Brief: Here is the task for the records below: repeat exactly the lines from the one with "e9 v9 v9 CIRCLE(AX(P(-67.5,10,0),D(0,1,0),D(0,0,1)),7.575)" to the one with "face CYL(AX(P(15.5,10,15.5),D(0,-1,0),D(0,0,-1)),2) rev", both included, and nothing else.

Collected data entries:
- Opening Delimiter -

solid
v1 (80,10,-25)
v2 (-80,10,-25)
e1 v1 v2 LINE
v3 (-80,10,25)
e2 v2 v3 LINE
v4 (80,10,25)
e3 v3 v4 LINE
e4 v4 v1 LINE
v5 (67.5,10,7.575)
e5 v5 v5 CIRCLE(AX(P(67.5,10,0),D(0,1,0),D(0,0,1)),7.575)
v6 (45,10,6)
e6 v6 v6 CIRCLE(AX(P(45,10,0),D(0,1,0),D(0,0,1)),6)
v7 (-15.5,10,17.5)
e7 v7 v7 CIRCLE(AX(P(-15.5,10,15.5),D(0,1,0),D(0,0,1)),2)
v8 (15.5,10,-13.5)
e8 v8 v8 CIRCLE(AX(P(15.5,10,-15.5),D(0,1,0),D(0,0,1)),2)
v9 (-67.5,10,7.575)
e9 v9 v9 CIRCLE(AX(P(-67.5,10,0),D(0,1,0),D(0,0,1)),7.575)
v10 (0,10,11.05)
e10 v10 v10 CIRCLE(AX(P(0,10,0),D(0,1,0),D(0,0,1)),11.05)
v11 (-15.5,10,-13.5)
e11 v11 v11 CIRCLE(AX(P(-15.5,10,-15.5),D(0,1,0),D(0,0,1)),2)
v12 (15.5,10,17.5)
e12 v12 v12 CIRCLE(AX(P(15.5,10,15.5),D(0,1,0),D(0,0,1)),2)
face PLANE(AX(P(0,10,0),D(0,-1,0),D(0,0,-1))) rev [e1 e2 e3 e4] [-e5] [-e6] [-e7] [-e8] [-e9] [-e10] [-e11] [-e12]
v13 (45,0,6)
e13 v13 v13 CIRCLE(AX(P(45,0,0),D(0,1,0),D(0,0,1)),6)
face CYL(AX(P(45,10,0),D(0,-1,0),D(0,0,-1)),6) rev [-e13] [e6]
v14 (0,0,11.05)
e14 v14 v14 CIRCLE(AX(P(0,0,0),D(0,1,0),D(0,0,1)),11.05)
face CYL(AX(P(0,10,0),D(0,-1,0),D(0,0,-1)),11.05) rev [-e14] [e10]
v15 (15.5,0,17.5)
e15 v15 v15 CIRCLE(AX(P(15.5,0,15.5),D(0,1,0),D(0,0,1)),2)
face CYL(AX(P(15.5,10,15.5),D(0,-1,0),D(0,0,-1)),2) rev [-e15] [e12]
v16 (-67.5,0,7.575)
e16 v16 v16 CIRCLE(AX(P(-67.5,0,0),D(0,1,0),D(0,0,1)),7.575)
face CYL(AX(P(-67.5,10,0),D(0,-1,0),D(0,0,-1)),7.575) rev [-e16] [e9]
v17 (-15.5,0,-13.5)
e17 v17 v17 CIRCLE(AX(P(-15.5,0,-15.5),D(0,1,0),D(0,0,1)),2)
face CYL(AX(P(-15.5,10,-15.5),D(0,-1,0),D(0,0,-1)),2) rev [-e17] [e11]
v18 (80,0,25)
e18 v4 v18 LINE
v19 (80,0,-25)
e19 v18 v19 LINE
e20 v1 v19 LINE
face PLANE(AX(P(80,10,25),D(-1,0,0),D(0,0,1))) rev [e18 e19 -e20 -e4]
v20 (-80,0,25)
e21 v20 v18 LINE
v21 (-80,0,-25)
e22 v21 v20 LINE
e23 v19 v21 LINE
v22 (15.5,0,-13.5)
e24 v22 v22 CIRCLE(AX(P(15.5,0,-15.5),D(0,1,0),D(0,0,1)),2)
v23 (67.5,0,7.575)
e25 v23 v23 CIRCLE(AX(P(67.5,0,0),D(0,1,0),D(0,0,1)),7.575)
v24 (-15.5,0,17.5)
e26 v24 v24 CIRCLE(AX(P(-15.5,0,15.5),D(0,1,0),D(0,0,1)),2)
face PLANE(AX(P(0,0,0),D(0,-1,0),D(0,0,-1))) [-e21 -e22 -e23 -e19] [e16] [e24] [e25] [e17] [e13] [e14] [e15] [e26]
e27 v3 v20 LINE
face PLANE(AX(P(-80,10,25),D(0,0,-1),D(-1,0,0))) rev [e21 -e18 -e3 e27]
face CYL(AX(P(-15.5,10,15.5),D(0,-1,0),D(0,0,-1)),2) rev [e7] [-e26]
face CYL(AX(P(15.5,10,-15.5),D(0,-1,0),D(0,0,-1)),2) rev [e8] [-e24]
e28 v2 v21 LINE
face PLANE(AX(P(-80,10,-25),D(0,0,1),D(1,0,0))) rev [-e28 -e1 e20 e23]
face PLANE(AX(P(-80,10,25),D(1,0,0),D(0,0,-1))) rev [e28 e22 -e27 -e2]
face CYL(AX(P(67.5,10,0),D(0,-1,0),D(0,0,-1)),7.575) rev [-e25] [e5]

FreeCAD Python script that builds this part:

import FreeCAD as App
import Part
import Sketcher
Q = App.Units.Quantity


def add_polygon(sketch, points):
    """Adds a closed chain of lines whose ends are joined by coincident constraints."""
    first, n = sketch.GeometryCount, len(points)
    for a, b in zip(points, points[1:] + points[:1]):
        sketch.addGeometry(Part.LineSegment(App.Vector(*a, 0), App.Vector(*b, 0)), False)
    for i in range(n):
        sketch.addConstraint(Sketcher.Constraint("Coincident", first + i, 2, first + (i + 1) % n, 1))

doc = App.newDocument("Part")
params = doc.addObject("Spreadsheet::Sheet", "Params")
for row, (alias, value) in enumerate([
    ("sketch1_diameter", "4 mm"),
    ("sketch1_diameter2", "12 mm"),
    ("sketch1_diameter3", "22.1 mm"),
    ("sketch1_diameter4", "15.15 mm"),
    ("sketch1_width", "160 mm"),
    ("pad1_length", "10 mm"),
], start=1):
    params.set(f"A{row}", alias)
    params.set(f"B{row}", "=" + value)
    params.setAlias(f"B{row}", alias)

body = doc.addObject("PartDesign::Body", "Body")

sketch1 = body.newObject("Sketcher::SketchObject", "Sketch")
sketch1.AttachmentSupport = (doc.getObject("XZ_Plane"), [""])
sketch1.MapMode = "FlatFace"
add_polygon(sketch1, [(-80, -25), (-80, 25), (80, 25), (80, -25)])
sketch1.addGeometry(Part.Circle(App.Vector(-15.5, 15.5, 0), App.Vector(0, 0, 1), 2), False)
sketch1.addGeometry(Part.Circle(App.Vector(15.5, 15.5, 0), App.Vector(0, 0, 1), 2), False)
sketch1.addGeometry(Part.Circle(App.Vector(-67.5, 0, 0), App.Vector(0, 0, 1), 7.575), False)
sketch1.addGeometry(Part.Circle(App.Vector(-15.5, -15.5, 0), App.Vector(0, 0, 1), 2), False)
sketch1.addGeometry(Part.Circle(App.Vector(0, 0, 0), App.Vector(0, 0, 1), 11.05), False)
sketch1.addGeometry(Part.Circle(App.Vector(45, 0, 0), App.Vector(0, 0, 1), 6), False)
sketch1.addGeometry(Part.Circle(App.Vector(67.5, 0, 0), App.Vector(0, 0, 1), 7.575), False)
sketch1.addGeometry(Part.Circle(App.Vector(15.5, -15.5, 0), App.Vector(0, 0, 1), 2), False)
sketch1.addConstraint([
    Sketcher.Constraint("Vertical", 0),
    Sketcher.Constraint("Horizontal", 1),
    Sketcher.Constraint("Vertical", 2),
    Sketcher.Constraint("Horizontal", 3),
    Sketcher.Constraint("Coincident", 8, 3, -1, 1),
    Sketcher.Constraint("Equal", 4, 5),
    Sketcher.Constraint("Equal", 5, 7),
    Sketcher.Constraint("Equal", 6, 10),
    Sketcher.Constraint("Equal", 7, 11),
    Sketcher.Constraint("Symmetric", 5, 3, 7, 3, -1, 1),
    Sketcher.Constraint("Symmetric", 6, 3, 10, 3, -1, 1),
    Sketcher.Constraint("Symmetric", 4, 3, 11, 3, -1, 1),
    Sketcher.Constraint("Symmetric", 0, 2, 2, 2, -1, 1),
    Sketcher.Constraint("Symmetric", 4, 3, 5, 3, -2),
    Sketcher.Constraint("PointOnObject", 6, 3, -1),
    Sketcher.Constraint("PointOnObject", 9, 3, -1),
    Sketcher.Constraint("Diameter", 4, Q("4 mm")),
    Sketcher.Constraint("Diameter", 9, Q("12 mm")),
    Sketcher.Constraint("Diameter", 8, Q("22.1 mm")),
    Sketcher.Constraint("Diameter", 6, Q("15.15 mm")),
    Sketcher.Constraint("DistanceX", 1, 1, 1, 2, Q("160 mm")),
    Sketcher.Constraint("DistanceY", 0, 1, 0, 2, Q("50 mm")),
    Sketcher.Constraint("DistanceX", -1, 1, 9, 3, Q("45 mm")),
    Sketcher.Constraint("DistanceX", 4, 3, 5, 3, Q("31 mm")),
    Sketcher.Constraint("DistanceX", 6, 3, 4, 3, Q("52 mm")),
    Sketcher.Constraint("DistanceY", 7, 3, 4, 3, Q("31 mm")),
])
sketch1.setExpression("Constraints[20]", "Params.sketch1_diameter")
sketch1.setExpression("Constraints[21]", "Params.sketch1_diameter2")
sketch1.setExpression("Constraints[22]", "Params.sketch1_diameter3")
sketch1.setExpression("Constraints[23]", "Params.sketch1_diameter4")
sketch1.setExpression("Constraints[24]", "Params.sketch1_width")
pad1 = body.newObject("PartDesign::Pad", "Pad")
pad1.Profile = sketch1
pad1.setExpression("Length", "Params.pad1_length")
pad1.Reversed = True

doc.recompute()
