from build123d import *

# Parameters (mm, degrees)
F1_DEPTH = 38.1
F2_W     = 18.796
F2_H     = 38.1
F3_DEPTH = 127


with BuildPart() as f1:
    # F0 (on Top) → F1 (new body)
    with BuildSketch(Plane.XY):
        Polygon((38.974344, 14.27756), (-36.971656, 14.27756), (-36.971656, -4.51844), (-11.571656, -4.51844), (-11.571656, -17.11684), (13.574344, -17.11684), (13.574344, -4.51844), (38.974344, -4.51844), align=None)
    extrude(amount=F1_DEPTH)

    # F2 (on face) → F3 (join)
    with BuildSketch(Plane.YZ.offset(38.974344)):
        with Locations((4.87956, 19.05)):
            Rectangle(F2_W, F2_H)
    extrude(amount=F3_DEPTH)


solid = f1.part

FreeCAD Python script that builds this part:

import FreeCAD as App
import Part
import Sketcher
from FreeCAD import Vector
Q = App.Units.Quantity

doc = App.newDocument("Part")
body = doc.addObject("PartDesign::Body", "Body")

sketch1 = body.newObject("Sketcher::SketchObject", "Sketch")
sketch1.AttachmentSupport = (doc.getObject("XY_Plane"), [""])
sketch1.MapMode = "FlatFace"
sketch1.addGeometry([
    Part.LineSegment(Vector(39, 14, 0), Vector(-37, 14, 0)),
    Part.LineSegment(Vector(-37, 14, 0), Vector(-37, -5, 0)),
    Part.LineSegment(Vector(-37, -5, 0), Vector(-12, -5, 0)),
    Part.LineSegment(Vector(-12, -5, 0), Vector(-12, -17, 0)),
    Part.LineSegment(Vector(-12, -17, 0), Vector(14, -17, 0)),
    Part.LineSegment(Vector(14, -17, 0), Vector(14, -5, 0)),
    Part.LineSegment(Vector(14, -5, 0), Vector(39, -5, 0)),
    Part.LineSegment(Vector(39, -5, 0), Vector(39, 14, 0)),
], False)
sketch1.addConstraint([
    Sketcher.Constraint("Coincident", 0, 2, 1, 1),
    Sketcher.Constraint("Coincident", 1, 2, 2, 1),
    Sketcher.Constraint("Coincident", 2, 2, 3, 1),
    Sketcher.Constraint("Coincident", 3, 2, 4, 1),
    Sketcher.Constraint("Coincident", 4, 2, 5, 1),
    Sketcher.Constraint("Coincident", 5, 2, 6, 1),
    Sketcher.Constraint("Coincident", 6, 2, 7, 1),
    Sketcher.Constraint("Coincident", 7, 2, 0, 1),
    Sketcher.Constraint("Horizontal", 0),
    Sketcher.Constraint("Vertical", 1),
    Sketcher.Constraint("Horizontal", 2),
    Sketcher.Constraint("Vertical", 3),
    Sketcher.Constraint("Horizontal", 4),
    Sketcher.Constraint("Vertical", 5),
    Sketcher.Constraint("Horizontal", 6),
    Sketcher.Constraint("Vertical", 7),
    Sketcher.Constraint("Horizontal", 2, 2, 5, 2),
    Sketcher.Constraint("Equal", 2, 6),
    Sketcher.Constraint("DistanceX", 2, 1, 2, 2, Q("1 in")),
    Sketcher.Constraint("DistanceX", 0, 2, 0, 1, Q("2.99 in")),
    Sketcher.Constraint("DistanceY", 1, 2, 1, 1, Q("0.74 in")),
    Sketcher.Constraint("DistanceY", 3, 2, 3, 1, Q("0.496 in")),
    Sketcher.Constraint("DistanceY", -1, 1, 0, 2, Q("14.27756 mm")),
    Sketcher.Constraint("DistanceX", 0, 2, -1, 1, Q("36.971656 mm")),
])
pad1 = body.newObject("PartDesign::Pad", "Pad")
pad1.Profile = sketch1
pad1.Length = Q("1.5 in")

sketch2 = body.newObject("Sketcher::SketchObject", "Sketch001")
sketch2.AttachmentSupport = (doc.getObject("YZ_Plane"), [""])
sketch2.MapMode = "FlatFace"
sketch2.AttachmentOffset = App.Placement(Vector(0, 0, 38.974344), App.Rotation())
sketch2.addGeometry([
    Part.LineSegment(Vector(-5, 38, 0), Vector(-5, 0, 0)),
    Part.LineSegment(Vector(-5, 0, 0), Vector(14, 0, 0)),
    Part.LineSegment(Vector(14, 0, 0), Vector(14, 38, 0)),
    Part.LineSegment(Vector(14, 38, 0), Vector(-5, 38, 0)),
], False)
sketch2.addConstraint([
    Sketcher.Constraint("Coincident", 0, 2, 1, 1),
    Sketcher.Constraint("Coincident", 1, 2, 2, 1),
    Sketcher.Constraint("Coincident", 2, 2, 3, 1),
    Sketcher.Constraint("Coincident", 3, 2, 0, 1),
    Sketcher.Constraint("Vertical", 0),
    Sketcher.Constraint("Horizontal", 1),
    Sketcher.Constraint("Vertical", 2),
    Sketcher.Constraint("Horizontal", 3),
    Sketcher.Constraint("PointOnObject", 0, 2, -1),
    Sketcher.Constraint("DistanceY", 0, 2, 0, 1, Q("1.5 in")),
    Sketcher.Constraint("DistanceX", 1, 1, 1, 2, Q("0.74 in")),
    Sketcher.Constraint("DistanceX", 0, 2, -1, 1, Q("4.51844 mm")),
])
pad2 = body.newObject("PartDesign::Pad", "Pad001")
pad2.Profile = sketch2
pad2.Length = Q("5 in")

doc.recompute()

- Closing Delimiter -

Task solution:
e9 v9 v9 CIRCLE(AX(P(-67.5,10,0),D(0,1,0),D(0,0,1)),7.575)
v10 (0,10,11.05)
e10 v10 v10 CIRCLE(AX(P(0,10,0),D(0,1,0),D(0,0,1)),11.05)
v11 (-15.5,10,-13.5)
e11 v11 v11 CIRCLE(AX(P(-15.5,10,-15.5),D(0,1,0),D(0,0,1)),2)
v12 (15.5,10,17.5)
e12 v12 v12 CIRCLE(AX(P(15.5,10,15.5),D(0,1,0),D(0,0,1)),2)
face PLANE(AX(P(0,10,0),D(0,-1,0),D(0,0,-1))) rev [e1 e2 e3 e4] [-e5] [-e6] [-e7] [-e8] [-e9] [-e10] [-e11] [-e12]
v13 (45,0,6)
e13 v13 v13 CIRCLE(AX(P(45,0,0),D(0,1,0),D(0,0,1)),6)
face CYL(AX(P(45,10,0),D(0,-1,0),D(0,0,-1)),6) rev [-e13] [e6]
v14 (0,0,11.05)
e14 v14 v14 CIRCLE(AX(P(0,0,0),D(0,1,0),D(0,0,1)),11.05)
face CYL(AX(P(0,10,0),D(0,-1,0),D(0,0,-1)),11.05) rev [-e14] [e10]
v15 (15.5,0,17.5)
e15 v15 v15 CIRCLE(AX(P(15.5,0,15.5),D(0,1,0),D(0,0,1)),2)
face CYL(AX(P(15.5,10,15.5),D(0,-1,0),D(0,0,-1)),2) rev [-e15] [e12]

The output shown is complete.